Demonstration for the covariant derivative of a vector I know that $j-th$ component of the covariant derivative of a vector $\vec{V}$ is equal to :
$$(\nabla_{i}\vec{V})^j=(\partial_{i}V^{j}+V^{k}\Gamma_{ik}^{j})\quad\text{(equation 1)}$$
so we can write for the covariant derivative of vector $\vec{V}$ :
$$(\nabla_{i}\vec{V})=(\partial_{i}V^{j}+V^{k}\Gamma_{ik}^{j})\vec{e_{j}}\quad \text{(equation 1-bis)}$$
Now, I would like to prove the expression of $(\nabla_{i}\vec{V})$.
Indeed, I can write :
$$(\nabla_{i}\vec{V})=\nabla_{i}(V^{a}\vec{e_{a}})$$
$$=(\nabla_{i}(V^{a})\vec{e_{a}}+V^{a}(\nabla_{i}\vec{e_{a}})\quad\text{equation(2)}$$
From this last expression, for the second term $V^{a}(\nabla_{i}\vec{e_{a}})$, I know we can introduce Christoffel's symbols like this :
$$V^{a}(\nabla_{i}\vec{e_{a}})=V^{a}(\Gamma_{ia}^{l}\vec{e_{l}})$$
But my issue is for the first term of equation (2), i.e $(\nabla_{i}(V^{a})\vec{e_{a}}$.
I don't understand why it is equal to :
$$(\nabla_{i}(V^{a}))\vec{e_{a}}=\dfrac{\partial V^{a}}{\partial x^{i}}\vec{e_a}\quad\text{(equation 3)}$$
with $\nabla_{i}$ the covariant derivative operator on $x_{i}$ coordinate.
If I want to get the expression of $\text{(equation 1)}$, one has to prove the expression of $\text{(equation 3)}$. Logically, I should have :
$$(\nabla_{i}(V^{a}))\vec{e_{a}}=(\dfrac{\partial V^{a}}{\partial x^{i}}+V^{m}\Gamma_{im}^{a})\vec{e_{a}}\quad\text{(equation 4)}$$
Why do Christoffel symbols $\Gamma_{im}^{a}$ or components $V^{m}$ are vanishing into $\text{(equation 4)}$ ??
How could I manage to get $\text{(equation 1-bis)}$ ?
Thanks for your help
ps: feel free to put comment if my question is not clear for you.

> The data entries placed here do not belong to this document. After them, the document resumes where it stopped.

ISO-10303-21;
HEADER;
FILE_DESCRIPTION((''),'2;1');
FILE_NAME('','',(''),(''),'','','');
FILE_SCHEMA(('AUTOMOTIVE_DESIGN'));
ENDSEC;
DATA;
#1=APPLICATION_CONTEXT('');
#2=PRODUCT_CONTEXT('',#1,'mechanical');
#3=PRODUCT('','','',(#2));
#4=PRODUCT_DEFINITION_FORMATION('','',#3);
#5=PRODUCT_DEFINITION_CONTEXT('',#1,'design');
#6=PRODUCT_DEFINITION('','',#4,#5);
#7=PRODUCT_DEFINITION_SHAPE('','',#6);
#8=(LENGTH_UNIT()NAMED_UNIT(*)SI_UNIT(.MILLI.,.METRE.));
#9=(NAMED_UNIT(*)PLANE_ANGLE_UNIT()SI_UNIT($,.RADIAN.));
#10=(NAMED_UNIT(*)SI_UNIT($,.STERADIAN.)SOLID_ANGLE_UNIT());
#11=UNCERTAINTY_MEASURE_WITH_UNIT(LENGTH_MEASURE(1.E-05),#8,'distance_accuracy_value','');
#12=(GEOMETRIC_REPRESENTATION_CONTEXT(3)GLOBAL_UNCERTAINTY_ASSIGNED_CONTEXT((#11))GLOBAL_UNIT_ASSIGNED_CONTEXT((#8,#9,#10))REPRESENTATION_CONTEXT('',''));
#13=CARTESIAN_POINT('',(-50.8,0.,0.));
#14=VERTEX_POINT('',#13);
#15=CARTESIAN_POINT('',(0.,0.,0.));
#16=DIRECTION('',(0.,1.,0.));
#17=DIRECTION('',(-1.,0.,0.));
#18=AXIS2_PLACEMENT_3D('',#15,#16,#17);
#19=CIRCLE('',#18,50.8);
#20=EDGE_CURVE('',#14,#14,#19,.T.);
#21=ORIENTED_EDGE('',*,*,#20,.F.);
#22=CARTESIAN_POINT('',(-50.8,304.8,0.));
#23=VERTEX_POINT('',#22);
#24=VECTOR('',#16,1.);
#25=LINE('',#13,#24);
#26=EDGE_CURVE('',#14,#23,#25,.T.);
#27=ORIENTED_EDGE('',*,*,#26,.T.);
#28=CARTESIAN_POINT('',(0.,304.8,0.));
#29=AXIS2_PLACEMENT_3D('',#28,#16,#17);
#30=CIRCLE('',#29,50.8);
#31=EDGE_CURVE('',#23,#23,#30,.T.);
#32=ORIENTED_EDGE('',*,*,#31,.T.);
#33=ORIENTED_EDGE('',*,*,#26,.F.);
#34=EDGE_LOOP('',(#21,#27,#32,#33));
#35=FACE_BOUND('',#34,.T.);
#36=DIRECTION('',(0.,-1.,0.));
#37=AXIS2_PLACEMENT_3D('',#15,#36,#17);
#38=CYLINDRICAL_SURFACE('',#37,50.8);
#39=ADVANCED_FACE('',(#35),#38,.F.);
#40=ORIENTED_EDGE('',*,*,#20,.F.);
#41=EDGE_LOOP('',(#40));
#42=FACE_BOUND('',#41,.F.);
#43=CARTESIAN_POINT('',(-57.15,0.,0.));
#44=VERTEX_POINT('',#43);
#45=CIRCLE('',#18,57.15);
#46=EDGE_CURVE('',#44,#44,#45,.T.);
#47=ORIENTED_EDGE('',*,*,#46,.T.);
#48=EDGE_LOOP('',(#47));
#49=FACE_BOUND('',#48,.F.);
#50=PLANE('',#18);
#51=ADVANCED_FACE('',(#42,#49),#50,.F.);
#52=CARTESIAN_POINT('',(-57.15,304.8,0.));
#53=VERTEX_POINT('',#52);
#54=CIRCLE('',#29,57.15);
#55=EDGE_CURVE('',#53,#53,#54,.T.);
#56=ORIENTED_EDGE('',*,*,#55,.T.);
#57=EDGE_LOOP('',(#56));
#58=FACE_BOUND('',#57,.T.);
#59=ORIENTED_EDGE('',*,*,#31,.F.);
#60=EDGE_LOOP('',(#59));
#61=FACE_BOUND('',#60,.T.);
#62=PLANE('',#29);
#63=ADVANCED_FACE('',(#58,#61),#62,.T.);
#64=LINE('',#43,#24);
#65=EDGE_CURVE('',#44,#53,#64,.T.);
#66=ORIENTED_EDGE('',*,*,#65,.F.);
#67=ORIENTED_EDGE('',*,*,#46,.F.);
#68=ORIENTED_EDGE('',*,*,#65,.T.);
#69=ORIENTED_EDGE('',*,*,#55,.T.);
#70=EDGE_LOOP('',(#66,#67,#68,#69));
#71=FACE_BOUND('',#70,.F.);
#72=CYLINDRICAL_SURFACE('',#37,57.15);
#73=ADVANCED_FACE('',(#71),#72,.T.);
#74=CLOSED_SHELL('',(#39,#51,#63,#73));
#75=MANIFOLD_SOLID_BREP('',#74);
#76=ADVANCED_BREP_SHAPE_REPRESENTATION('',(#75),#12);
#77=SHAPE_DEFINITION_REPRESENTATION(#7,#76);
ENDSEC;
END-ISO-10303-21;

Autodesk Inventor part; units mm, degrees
ref_plane "YZ Plane" through (0, 0, 0) normal (1, 0, 0) x (0, 1, 0)
ref_plane "XZ Plane" through (0, 0, 0) normal (0, 1, 0) x (-1, 0, 0)
ref_plane "XY Plane" through (0, 0, 0) normal (0, 0, 1) x (1, 0, 0)
sketch "Sketch1" plane through (0, 0, 0) normal (0, 1, 0) x (-1, 0, 0)
  circle A0 centre (0, 0) radius 50.8
  circle A1 centre (0, 0) radius 57.15
  dimension "d0" = 101.6
  dimension "d1" = 114.3
extrude "Extrusion1" add sketch "Sketch1" along normal blind 304.8
properties part number "Wash Chamber Tube"
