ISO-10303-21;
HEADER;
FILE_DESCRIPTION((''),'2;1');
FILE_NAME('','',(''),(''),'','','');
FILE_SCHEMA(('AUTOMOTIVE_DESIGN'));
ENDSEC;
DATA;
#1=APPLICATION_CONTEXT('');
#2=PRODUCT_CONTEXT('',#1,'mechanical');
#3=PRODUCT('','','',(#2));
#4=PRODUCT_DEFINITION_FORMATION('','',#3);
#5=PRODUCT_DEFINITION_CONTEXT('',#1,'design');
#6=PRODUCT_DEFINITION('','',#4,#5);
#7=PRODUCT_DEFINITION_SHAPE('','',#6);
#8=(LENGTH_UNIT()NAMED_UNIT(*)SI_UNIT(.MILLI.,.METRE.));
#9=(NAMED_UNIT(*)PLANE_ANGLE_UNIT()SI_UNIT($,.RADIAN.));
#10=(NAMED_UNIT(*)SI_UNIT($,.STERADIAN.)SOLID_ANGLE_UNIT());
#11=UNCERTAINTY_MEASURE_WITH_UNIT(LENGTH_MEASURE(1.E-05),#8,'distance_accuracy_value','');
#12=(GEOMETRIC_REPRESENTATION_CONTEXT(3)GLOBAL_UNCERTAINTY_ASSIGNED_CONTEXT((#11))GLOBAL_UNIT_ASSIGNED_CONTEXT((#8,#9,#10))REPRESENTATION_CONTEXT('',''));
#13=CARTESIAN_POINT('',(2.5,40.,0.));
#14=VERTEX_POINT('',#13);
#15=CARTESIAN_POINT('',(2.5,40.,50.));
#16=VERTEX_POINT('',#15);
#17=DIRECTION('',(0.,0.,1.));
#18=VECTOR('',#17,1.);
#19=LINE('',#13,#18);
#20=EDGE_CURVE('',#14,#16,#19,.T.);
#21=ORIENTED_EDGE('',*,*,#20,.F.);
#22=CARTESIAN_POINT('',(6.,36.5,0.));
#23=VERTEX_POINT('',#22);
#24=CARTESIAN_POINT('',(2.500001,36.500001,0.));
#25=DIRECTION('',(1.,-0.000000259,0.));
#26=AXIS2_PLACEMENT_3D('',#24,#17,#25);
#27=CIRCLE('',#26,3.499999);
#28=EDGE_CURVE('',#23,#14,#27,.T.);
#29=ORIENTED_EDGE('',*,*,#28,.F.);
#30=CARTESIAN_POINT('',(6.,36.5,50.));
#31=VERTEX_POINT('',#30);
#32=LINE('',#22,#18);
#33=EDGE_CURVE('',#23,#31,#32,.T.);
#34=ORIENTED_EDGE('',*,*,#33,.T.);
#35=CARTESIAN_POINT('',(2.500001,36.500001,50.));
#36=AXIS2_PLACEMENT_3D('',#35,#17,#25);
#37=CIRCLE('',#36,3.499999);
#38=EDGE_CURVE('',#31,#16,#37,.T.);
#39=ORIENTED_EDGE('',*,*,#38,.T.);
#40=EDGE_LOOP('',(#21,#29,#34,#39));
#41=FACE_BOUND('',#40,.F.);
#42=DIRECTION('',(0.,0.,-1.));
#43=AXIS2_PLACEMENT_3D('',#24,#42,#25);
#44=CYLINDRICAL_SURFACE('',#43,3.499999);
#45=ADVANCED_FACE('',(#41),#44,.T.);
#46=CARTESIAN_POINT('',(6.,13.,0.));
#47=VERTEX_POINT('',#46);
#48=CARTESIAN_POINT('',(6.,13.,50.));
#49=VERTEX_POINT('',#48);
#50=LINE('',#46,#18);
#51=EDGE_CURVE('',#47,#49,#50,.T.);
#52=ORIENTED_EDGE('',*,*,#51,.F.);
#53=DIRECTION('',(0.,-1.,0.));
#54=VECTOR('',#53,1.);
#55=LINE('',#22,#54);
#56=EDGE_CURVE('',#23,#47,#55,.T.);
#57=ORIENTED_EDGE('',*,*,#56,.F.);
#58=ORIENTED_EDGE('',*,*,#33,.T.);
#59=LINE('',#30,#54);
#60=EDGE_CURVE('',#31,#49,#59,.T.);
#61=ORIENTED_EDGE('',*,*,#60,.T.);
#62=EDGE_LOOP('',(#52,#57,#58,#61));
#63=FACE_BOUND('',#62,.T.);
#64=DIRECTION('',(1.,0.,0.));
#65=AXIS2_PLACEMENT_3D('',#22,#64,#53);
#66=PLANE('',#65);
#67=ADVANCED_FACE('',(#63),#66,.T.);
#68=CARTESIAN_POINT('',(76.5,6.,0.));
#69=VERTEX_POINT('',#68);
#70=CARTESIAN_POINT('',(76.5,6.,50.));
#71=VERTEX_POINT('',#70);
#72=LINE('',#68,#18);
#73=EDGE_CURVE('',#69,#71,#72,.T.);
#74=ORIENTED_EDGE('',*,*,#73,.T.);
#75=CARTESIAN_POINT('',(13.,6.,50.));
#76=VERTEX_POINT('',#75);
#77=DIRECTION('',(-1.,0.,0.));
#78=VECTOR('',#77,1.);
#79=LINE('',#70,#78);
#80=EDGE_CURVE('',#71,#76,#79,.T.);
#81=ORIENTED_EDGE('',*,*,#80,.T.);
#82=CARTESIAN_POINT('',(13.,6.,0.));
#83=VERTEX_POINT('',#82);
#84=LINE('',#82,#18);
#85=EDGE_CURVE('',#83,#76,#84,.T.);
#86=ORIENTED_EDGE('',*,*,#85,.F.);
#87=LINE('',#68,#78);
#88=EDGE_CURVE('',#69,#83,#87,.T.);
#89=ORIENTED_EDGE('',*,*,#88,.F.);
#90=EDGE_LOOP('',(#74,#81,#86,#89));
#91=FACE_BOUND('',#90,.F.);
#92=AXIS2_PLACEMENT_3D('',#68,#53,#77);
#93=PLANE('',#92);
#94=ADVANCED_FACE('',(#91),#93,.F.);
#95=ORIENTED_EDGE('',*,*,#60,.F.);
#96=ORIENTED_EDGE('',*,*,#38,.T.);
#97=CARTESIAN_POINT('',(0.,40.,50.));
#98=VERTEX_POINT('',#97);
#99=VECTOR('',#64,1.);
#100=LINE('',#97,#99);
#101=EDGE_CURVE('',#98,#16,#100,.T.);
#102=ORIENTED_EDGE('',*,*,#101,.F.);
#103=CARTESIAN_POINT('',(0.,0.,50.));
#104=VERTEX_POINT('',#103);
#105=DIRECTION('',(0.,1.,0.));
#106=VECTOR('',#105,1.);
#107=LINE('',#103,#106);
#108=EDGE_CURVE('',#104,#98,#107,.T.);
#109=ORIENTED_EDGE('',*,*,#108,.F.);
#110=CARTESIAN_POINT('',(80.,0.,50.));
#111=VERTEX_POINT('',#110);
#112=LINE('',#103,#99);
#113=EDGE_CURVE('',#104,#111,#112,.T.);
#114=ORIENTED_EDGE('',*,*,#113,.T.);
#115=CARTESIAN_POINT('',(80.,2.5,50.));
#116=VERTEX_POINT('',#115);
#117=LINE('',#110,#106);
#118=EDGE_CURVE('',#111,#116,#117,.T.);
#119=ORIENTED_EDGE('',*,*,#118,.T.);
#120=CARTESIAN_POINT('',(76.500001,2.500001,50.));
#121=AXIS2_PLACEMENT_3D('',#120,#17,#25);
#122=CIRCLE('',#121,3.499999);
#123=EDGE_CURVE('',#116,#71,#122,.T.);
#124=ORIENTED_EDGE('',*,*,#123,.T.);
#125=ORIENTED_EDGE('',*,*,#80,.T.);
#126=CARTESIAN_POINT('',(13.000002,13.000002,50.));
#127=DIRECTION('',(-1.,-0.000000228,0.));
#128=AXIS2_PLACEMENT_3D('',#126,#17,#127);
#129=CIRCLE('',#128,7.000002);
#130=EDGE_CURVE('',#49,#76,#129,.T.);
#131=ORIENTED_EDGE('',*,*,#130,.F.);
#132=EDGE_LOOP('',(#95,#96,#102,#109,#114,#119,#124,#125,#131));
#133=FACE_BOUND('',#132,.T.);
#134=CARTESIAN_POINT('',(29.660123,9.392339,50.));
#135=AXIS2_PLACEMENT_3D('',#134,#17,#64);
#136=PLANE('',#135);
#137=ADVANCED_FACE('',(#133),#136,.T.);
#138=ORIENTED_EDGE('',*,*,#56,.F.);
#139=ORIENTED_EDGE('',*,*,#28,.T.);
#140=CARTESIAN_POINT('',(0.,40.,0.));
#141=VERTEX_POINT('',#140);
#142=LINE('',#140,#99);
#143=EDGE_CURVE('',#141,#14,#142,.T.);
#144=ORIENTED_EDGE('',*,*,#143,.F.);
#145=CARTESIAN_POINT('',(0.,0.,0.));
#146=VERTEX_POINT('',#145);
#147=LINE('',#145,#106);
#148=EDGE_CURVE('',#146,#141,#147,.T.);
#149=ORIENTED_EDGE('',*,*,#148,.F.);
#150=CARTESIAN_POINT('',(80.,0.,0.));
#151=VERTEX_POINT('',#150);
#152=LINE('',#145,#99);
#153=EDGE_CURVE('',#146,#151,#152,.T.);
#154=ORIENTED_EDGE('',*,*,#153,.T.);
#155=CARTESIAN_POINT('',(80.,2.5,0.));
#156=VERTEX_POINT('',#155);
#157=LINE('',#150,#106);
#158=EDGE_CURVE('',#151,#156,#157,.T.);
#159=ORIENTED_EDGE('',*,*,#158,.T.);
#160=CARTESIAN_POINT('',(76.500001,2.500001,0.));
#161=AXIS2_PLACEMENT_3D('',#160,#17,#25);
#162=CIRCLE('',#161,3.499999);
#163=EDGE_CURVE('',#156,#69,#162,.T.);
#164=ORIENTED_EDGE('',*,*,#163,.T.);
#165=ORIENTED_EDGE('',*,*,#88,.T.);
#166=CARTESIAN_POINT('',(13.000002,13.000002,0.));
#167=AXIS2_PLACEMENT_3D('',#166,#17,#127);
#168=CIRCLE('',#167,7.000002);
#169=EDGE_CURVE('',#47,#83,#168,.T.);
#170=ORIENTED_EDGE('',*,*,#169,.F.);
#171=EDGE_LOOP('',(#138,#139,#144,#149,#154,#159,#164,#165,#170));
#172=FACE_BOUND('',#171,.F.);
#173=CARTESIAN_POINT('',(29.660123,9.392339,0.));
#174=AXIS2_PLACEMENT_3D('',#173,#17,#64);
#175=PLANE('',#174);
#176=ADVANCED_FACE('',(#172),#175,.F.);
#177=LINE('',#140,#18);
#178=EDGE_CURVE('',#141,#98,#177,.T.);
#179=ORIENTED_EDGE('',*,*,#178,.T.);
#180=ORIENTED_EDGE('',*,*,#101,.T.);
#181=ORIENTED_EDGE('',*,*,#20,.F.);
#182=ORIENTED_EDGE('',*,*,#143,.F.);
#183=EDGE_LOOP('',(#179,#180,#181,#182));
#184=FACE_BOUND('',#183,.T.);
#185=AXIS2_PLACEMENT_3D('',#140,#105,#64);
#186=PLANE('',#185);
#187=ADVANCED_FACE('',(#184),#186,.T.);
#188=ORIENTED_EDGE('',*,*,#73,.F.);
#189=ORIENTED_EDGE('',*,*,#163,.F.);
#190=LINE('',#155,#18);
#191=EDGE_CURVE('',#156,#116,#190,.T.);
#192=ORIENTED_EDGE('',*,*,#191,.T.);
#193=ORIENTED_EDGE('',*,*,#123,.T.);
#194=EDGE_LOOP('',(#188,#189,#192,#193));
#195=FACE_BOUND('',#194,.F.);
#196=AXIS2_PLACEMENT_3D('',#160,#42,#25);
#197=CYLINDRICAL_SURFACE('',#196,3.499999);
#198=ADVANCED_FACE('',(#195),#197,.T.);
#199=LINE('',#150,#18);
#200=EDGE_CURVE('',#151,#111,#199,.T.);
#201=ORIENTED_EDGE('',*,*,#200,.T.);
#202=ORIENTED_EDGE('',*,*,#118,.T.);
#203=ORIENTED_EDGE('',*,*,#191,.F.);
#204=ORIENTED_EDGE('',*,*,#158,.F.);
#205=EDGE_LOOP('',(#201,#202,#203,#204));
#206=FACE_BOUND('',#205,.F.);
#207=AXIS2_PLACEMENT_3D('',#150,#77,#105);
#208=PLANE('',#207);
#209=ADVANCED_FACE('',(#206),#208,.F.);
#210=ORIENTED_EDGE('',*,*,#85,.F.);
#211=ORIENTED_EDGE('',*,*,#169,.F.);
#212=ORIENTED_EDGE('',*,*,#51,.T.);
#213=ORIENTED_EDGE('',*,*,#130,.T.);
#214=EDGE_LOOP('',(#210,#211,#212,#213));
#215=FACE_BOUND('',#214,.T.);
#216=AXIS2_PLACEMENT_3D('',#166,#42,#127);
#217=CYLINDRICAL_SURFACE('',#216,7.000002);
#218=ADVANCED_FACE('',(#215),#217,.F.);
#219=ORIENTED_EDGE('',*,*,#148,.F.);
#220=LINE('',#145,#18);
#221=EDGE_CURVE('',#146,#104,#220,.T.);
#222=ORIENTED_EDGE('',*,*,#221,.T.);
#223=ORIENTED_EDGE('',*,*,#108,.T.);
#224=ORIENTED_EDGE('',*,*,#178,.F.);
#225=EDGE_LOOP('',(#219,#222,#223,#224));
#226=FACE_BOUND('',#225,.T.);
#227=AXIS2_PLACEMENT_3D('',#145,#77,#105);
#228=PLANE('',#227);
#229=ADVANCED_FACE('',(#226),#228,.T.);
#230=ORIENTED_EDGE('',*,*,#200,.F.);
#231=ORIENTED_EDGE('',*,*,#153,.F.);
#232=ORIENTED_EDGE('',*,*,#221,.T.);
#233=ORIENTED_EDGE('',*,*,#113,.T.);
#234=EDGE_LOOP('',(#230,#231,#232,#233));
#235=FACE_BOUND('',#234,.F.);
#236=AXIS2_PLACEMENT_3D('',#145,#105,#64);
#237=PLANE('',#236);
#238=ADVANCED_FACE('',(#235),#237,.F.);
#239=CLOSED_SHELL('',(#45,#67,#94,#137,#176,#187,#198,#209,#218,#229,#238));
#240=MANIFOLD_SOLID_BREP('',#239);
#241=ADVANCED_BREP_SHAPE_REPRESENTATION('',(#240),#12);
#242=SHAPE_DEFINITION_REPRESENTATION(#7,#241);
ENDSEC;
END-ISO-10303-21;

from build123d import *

# Parameters (mm, degrees)
EXTRUDE_DEPTH = 50


with BuildPart() as part:
    # Sketch → Extrude (new body)
    with BuildSketch(Plane.XY):
        with BuildLine():
            Line((0, 0), (80, 0))
            Line((80, 0), (80, 2.5))
            ThreePointArc((80, 2.5), (78.974874, 4.974874), (76.5, 6))
            Line((76.5, 6), (13, 6))
            ThreePointArc((6, 13), (8.050253, 8.050253), (13, 6))
            Line((6, 36.5), (6, 13))
            ThreePointArc((6, 36.5), (4.974874, 38.974874), (2.5, 40))
            Line((0, 40), (2.5, 40))
            Line((0, 0), (0, 40))
        make_face()
    extrude(amount=EXTRUDE_DEPTH)


solid = part.part
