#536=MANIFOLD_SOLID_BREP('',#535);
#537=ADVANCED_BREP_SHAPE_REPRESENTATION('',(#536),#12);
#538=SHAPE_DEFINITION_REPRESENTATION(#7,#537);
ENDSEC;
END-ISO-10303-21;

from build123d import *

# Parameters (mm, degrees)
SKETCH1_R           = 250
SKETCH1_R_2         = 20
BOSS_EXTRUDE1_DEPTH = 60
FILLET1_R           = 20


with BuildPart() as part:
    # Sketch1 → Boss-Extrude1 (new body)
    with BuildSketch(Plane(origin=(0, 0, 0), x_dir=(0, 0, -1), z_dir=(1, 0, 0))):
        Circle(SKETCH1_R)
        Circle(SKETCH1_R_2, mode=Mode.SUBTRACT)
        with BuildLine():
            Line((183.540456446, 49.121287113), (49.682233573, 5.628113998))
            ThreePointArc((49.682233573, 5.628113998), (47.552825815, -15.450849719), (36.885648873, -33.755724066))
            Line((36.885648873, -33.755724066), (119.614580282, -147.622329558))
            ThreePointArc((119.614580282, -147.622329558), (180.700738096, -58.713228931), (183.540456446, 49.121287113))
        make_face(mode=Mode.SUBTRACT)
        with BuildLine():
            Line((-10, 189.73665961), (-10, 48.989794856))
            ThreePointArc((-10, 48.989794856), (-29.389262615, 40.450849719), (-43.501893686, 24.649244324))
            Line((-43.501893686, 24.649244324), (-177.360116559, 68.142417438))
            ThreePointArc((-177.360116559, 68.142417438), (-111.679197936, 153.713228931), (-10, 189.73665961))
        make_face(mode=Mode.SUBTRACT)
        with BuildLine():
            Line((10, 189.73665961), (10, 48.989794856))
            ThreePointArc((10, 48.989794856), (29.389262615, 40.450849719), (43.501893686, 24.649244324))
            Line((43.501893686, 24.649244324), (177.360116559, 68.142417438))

 A: How do you define $\nabla_i$ ? I think of it as $\partial / \partial_i$ adapted for curved space as encoded by the Christoffel symbols. So, the idea that it behaves as the partial derivative plus stuff is not surprising. I believe, the covariant derivative measures the change in one vector field as measured relative another vector field. It satisfies many interesting properties, among them: for a function $f$ and vector fields $U$ and $V$,
$$ \nabla_U(fV) = U[f]V+f\nabla_UV $$
where we think of vector fields $U,V$ as derivations. Taking $U = \partial/\partial x^i$ we use special notation $\nabla_U = \nabla_i$ and then
$$ \nabla_i (fV) = \frac{\partial f}{\partial x^i}V+ f\nabla_i V$$
Your expansion of a vector field across the coordinate derivations ties together with what I share here. Your $V = V^ae_a$ has $f=V^a$ as a function whereas $e_a$ is a vector field. So,
$$ \nabla_i (V^ae_a) = \frac{\partial V^a}{\partial x^i}e_a + V^a \nabla_i e_a = \frac{\partial V^a}{\partial x^i}e_a + V^a \Gamma_{ia}^b e_b  $$
then switching dummy indices yields
$$ \nabla_i (V^ae_a) = \frac{\partial V^a}{\partial x^i}e_a + V^b \Gamma_{ib}^a e_a = \left( \frac{\partial V^a}{\partial x^i} + V^b \Gamma_{ib}^a \right) e_a  $$
So, the $a$-th component of the covariant derivative of $V$ with respect to the $i$-th coordinate is given by
$$ (\nabla_i V)^a = \frac{\partial V^a}{\partial x^i} + V^b \Gamma_{ib}^a   $$
which, I think, is your definition.
I think I was once taught the definition you give. This definition is made in order that the covariant derivative transform once more as a contravariant vector. The way I am suggesting you think is in terms of the vector field itself, not it's component functions. It still seems to me you are asking why your definition is a definition, so, perhaps I misread your question.